## WHAT THE TASK ASKS
Whenever a line of the data below holds the string "amount", copy that line.

* * * * *

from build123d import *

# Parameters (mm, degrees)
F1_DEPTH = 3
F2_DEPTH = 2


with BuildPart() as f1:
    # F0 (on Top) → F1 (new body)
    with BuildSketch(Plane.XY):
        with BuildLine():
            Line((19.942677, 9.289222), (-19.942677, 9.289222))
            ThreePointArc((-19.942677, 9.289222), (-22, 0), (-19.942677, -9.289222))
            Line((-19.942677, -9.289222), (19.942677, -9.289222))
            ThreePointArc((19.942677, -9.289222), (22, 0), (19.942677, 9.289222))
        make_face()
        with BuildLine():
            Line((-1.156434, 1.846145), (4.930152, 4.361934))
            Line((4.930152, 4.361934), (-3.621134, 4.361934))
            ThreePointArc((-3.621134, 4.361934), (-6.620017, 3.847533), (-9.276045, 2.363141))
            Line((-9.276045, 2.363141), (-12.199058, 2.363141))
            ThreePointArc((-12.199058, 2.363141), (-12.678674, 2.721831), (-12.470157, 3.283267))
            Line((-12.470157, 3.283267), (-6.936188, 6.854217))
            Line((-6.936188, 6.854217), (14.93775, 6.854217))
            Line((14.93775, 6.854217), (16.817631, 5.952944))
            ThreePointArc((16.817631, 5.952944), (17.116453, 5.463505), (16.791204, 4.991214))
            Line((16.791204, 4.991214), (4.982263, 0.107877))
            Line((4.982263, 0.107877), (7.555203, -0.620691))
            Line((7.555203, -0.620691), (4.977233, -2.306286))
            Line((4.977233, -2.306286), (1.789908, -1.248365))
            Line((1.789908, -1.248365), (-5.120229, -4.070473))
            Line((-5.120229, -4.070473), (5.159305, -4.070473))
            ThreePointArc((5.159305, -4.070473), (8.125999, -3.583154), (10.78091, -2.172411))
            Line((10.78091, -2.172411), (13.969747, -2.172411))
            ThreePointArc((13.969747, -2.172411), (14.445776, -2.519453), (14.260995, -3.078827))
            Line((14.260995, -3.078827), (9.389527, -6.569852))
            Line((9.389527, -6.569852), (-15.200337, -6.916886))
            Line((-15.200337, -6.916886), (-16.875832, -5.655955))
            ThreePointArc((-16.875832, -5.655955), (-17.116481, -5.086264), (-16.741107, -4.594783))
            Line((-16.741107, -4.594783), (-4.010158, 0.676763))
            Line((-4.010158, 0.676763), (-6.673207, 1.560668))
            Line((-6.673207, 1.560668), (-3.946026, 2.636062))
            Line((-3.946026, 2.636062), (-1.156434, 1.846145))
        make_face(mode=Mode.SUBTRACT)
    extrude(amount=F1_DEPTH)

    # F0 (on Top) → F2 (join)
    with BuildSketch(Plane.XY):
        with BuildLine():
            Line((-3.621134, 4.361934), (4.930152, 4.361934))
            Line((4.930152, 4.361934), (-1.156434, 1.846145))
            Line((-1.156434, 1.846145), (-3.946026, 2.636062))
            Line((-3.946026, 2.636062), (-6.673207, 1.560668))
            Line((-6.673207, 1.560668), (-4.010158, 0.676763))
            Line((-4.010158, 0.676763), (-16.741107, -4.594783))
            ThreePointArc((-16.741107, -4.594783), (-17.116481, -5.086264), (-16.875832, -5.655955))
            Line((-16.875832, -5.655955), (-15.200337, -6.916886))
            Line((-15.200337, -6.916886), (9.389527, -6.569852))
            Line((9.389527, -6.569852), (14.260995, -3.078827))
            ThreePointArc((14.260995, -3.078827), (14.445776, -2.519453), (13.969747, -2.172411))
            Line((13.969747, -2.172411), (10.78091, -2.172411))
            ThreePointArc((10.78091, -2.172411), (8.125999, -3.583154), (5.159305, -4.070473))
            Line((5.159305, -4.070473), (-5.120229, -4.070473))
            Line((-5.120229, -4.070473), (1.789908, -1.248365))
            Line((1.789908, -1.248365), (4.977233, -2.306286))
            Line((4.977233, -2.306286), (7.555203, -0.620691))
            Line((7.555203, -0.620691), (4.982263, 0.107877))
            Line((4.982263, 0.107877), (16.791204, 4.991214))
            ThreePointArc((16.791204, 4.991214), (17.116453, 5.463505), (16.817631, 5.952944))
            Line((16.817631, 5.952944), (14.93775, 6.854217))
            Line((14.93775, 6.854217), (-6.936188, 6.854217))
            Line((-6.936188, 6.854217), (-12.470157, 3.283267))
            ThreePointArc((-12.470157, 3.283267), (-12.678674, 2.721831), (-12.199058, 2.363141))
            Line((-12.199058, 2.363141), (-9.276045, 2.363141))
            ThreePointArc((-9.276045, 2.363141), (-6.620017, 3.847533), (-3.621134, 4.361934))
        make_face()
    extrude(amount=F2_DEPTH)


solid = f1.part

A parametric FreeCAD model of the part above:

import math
import FreeCAD as App
import Part
import Sketcher
Q = App.Units.Quantity

doc = App.newDocument("Part")
params = doc.addObject("Spreadsheet::Sheet", "Params")
for row, (alias, value) in enumerate([
    ("sketch1_radius", "0.5 mm"),
    ("sketch1_radius2", "0.5 mm"),
    ("pad1_length", "3 mm"),
    ("sketch2_radius", "0.5 mm"),
    ("pad2_length", "2 mm"),
], start=1):
    params.set(f"A{row}", alias)
    params.set(f"B{row}", "=" + value)
    params.setAlias(f"B{row}", alias)

body = doc.addObject("PartDesign::Body", "Body")

sketch1 = body.newObject("Sketcher::SketchObject", "Sketch")
sketch1.AttachmentSupport = (doc.getObject("XY_Plane"), [""])
sketch1.MapMode = "FlatFace"
sketch1.addGeometry([
    Part.LineSegment(App.Vector(19.942677, 9.289222, 0), App.Vector(-19.942677, 9.289222, 0)),
    Part.ArcOfCircle(Part.Circle(App.Vector(0.000003, 0, 0), App.Vector(0, 0, 1), 22.000003), math.radians(155.024081), math.radians(204.975919)),
    Part.LineSegment(App.Vector(-19.942677, -9.289222, 0), App.Vector(19.942677, -9.289222, 0)),
    Part.ArcOfCircle(Part.Circle(App.Vector(-0.000003, 0, 0), App.Vector(0, 0, 1), 22.000003), math.radians(-24.975919), math.radians(24.975919)),
    Part.LineSegment(App.Vector(-3.946026, 2.636062, 0), App.Vector(-1.156434, 1.846145, 0)),
    Part.LineSegment(App.Vector(-1.156434, 1.846145, 0), App.Vector(4.930152, 4.361934, 0)),
    Part.LineSegment(App.Vector(4.930152, 4.361934, 0), App.Vector(-3.621134, 4.361934, 0)),
    Part.ArcOfCircle(Part.Circle(App.Vector(-3.621133, -4.636797, 0), App.Vector(0, 0, 1), 8.998731), math.radians(90.000005), math.radians(128.93307)),
    Part.LineSegment(App.Vector(-9.276045, 2.363141, 0), App.Vector(-12.199058, 2.363141, 0)),
    Part.ArcOfCircle(Part.Circle(App.Vector(-12.199058, 2.863141, 0), App.Vector(0, 0, 1), 0.5), math.radians(122.833399), math.radians(269.999972)),
    Part.LineSegment(App.Vector(-12.470157, 3.283267, 0), App.Vector(-6.936188, 6.854217, 0)),
    Part.LineSegment(App.Vector(-6.936188, 6.854217, 0), App.Vector(14.93775, 6.854217, 0)),
    Part.LineSegment(App.Vector(14.93775, 6.854217, 0), App.Vector(16.817631, 5.952944, 0)),
    Part.ArcOfCircle(Part.Circle(App.Vector(16.589915, 5.477973, 0), App.Vector(0, 0, 1), 0.526737), math.radians(-67.533458), math.radians(64.385434)),
    Part.LineSegment(App.Vector(16.791204, 4.991214, 0), App.Vector(4.982263, 0.107877, 0)),
    Part.LineSegment(App.Vector(4.982263, 0.107877, 0), App.Vector(7.555203, -0.620691, 0)),
    Part.LineSegment(App.Vector(7.555203, -0.620691, 0), App.Vector(4.977233, -2.306286, 0)),
    Part.LineSegment(App.Vector(4.977233, -2.306286, 0), App.Vector(1.789908, -1.248365, 0)),
    Part.LineSegment(App.Vector(1.789908, -1.248365, 0), App.Vector(-5.120229, -4.070473, 0)),
    Part.LineSegment(App.Vector(-5.120229, -4.070473, 0), App.Vector(5.159305, -4.070473, 0)),
    Part.ArcOfCircle(Part.Circle(App.Vector(5.159306, 5.203477, 0), App.Vector(0, 0, 1), 9.27395), math.radians(-90.000009), math.radians(-52.686818)),
    Part.LineSegment(App.Vector(10.78091, -2.172411, 0), App.Vector(13.969747, -2.172411, 0)),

* * * * *

## WRITTEN ANSWER
    extrude(amount=F1_DEPTH)
    extrude(amount=F2_DEPTH)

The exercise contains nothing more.